YOUR OBJECTIVE: Among the records that follow, find the line with "face CYL(AX(P(32.75,-7.8,5),D(0,0,-1),D(-1,0,0)),1.35) rev" and the line with "face PLANE(AX(P(-61.75,-12,5),D(0,1,0),D(0,0,1))) rev". Set down those lines and all lines between them exactly, without adding anything.

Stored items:
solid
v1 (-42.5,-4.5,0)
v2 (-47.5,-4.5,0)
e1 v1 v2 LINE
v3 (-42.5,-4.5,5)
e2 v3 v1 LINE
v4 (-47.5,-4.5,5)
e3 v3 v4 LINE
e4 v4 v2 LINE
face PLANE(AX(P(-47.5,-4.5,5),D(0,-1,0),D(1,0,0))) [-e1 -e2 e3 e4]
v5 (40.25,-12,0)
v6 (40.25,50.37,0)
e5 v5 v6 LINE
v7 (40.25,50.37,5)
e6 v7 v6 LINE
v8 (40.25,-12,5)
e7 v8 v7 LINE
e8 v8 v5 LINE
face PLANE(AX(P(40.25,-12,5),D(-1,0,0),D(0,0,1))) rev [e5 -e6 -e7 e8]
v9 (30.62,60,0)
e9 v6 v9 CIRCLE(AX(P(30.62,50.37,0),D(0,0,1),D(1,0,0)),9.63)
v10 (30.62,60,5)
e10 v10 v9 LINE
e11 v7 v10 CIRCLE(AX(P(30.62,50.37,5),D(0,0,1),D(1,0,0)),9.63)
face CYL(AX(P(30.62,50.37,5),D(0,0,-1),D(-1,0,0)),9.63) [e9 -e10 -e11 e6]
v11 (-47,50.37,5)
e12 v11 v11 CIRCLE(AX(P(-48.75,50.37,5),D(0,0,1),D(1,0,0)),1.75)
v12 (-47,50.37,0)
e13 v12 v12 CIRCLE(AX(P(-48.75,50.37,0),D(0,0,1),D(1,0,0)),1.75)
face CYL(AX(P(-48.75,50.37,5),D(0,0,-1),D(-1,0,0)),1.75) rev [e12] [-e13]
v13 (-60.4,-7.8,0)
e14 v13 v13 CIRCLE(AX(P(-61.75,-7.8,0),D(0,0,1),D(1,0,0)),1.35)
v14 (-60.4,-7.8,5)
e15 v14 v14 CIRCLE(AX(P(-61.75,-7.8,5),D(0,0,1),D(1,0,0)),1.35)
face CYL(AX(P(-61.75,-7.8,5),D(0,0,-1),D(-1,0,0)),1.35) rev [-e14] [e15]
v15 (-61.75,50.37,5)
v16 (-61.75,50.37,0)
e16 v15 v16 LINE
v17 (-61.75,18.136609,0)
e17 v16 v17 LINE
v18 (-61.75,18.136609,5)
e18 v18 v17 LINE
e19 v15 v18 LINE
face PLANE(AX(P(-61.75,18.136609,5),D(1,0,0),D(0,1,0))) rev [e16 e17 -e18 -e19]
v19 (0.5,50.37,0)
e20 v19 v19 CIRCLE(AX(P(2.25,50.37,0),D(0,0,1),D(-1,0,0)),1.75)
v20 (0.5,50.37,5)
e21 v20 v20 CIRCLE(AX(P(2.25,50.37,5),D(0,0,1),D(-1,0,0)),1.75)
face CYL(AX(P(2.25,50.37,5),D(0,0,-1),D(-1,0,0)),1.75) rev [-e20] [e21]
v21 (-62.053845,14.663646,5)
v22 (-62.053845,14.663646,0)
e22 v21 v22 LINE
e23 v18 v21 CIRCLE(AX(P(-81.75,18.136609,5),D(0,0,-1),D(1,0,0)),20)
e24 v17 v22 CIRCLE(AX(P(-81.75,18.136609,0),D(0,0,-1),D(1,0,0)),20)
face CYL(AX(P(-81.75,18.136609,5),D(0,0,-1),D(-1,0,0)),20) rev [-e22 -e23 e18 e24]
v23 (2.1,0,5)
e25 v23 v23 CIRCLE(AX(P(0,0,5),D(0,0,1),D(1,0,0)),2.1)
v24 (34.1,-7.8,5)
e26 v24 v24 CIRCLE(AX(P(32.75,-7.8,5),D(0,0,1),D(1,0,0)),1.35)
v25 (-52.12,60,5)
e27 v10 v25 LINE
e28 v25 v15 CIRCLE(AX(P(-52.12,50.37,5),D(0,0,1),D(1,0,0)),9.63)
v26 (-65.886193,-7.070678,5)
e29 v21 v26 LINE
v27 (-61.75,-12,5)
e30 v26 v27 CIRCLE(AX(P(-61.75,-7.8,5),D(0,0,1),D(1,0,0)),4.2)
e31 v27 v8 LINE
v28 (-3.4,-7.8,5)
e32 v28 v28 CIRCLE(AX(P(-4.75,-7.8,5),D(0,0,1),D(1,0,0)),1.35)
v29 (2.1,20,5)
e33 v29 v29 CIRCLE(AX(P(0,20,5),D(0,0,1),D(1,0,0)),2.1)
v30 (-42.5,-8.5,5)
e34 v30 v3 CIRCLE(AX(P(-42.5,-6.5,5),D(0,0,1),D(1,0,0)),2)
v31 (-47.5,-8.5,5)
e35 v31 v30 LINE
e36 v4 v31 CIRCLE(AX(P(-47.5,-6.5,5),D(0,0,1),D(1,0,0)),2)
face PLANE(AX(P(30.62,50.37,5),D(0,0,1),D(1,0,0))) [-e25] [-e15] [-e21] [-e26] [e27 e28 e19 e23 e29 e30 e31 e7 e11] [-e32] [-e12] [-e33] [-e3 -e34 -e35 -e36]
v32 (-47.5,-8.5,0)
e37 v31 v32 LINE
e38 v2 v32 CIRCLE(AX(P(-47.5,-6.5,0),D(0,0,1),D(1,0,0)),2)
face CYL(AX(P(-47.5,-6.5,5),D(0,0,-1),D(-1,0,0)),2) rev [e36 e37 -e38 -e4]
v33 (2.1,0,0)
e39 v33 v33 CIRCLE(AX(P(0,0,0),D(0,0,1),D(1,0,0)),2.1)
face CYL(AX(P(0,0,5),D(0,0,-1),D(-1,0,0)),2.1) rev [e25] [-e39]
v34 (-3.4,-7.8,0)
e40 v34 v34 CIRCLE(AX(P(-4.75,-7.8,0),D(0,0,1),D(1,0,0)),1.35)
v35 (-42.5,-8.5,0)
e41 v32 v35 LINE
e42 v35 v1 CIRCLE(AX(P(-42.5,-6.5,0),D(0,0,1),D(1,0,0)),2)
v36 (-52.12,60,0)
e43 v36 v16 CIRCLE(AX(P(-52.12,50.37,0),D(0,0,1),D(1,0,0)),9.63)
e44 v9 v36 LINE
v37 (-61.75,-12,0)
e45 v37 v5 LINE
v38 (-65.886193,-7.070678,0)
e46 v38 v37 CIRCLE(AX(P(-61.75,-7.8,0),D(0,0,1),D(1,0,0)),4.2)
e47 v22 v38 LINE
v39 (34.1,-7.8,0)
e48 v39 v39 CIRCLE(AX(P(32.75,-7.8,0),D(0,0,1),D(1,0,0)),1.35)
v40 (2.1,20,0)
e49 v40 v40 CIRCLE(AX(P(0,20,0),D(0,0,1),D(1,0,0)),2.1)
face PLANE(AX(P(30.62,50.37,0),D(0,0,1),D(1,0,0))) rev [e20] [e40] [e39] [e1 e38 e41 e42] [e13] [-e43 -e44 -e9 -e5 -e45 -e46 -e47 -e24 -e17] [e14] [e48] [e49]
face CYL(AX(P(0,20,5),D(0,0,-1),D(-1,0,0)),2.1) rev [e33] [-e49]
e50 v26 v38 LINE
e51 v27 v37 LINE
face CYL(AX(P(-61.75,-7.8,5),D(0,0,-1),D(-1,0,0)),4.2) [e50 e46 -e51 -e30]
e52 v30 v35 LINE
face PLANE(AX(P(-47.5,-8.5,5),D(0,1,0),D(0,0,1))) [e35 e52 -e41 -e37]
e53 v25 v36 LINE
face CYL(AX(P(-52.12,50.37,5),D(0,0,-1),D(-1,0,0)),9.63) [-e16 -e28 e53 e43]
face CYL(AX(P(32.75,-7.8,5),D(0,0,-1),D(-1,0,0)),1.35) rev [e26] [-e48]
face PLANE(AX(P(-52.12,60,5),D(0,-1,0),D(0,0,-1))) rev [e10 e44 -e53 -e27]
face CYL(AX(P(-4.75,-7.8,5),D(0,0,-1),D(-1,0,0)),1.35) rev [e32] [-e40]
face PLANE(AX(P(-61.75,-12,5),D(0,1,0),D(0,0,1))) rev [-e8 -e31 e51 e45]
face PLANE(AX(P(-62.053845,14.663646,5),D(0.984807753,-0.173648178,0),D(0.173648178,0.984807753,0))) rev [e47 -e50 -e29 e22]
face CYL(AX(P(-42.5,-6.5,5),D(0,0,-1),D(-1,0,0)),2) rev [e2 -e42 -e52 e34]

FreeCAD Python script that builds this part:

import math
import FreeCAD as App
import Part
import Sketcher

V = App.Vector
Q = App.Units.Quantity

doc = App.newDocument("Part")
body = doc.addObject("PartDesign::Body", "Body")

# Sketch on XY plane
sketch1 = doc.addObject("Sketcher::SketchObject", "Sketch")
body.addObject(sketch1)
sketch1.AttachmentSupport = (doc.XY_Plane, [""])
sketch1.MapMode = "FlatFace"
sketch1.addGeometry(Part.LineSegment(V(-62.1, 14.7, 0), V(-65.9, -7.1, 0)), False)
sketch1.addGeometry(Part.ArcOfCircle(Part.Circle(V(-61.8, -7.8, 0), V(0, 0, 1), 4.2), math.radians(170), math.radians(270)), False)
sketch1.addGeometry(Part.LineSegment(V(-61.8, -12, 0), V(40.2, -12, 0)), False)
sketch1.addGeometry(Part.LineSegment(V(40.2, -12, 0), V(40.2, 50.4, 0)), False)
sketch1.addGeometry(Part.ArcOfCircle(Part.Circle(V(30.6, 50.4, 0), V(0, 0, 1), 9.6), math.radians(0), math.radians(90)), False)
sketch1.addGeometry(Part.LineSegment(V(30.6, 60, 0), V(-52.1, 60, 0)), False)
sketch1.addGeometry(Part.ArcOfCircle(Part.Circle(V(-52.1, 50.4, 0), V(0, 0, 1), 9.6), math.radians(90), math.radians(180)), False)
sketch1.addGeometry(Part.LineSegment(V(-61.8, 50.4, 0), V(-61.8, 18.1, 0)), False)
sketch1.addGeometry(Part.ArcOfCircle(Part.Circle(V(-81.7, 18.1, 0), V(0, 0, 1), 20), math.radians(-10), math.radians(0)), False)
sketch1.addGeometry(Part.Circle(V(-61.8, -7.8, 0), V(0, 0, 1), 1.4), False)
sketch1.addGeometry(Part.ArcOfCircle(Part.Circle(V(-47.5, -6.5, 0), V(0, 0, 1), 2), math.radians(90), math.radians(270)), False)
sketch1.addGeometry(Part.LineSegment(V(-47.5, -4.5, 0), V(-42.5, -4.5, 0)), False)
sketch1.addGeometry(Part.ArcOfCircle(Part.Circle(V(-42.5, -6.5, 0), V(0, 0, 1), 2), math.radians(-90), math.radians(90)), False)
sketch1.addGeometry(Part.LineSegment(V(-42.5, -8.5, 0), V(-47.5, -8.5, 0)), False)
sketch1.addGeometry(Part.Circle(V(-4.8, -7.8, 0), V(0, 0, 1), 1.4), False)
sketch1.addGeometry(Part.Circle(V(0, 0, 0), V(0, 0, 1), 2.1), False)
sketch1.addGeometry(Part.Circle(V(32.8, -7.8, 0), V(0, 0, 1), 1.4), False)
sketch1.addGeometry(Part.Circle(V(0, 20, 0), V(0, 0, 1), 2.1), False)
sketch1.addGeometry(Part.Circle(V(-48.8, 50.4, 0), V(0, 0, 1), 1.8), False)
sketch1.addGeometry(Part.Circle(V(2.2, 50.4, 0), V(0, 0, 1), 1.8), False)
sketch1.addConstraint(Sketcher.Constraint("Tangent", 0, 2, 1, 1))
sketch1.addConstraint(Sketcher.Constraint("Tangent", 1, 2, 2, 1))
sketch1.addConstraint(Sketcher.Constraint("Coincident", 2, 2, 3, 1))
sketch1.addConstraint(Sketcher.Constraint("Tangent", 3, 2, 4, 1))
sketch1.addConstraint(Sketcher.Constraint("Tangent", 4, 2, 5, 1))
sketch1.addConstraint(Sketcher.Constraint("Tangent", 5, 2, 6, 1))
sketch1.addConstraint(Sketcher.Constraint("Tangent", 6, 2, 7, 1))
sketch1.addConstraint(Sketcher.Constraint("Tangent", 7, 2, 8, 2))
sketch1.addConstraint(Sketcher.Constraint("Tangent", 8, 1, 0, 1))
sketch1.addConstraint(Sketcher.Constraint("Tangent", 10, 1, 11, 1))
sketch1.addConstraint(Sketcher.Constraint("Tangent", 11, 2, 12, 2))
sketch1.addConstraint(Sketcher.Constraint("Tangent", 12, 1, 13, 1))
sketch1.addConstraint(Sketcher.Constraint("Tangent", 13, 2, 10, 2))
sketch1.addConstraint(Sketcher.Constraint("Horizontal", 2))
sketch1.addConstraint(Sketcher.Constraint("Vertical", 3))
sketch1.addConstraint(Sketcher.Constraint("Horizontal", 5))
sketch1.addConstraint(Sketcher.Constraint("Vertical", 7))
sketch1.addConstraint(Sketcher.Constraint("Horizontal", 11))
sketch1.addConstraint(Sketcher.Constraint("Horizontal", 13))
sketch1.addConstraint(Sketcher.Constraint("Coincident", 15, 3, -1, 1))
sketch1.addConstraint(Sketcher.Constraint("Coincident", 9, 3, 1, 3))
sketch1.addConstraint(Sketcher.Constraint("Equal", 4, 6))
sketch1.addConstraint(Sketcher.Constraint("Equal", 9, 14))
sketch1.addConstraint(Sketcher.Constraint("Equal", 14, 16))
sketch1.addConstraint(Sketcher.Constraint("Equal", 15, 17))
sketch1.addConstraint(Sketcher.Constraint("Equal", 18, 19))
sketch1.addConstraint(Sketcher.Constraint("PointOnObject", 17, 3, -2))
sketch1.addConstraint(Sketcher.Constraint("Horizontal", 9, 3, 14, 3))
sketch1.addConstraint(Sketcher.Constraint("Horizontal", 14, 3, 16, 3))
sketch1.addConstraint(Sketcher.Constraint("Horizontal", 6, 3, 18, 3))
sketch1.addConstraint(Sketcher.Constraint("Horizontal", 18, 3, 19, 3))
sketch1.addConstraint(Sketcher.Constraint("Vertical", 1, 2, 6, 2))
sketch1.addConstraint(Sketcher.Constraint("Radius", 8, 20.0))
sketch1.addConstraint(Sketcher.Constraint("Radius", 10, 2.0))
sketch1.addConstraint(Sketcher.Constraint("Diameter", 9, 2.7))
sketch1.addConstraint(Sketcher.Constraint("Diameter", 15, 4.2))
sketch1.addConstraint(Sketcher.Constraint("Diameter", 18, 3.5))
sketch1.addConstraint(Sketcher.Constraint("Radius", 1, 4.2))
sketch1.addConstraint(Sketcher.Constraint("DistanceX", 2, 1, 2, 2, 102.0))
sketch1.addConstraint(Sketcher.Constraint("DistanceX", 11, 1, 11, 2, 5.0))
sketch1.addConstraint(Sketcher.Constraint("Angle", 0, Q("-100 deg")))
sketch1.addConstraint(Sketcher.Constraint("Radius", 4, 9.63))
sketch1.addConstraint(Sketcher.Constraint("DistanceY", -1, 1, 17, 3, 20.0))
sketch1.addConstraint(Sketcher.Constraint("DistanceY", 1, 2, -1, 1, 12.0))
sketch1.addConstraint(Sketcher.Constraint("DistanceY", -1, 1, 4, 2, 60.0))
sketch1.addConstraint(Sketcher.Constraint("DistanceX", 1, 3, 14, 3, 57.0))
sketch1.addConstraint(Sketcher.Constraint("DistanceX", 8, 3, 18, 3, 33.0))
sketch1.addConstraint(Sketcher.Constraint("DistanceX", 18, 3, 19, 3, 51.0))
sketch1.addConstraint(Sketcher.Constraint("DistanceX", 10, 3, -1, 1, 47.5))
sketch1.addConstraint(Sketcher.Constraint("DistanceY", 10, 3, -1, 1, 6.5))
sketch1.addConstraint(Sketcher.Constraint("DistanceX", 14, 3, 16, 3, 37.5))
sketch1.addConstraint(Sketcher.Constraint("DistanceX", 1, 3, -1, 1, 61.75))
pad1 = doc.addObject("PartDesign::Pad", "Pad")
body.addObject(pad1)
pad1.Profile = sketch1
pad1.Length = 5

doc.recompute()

* * *

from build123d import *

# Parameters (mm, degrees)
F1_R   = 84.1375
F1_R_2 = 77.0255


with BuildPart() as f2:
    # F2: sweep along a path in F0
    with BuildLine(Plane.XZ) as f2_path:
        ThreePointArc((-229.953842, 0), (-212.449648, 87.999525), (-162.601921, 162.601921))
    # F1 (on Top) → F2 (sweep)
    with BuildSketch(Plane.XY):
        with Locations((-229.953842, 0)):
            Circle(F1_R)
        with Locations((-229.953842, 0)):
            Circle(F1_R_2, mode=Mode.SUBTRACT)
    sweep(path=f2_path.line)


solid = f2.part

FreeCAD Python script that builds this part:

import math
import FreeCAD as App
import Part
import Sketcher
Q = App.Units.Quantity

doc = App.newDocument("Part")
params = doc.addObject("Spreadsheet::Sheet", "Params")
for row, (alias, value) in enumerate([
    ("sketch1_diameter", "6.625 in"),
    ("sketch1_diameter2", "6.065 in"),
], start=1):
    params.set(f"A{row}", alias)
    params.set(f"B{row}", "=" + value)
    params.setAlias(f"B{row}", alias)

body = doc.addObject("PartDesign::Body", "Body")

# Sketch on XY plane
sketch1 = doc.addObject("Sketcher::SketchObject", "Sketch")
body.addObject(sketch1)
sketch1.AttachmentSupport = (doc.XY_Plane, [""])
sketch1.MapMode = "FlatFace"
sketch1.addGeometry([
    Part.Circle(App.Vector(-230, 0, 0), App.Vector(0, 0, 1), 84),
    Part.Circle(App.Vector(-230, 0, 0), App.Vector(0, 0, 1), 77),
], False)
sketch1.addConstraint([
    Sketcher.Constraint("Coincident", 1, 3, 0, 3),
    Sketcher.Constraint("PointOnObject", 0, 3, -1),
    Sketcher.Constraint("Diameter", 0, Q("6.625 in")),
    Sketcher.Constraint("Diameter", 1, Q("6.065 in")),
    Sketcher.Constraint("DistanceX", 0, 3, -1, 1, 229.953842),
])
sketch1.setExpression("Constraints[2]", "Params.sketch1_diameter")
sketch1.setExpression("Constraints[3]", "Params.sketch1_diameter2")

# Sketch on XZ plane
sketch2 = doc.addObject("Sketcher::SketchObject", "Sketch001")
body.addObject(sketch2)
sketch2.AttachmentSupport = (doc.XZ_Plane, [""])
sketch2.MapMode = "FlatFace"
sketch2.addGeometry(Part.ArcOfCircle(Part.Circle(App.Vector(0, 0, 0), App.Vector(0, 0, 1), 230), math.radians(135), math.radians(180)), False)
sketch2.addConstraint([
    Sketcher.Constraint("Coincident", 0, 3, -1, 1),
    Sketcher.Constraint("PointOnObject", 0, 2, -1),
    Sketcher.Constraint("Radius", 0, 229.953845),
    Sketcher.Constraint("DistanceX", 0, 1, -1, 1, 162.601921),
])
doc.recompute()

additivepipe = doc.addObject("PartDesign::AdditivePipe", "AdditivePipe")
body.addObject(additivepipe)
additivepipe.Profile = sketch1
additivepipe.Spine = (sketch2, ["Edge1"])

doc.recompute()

EXPECTED OUTPUT:
face CYL(AX(P(32.75,-7.8,5),D(0,0,-1),D(-1,0,0)),1.35) rev [e26] [-e48]
face PLANE(AX(P(-52.12,60,5),D(0,-1,0),D(0,0,-1))) rev [e10 e44 -e53 -e27]
face CYL(AX(P(-4.75,-7.8,5),D(0,0,-1),D(-1,0,0)),1.35) rev [e32] [-e40]
face PLANE(AX(P(-61.75,-12,5),D(0,1,0),D(0,0,1))) rev [-e8 -e31 e51 e45]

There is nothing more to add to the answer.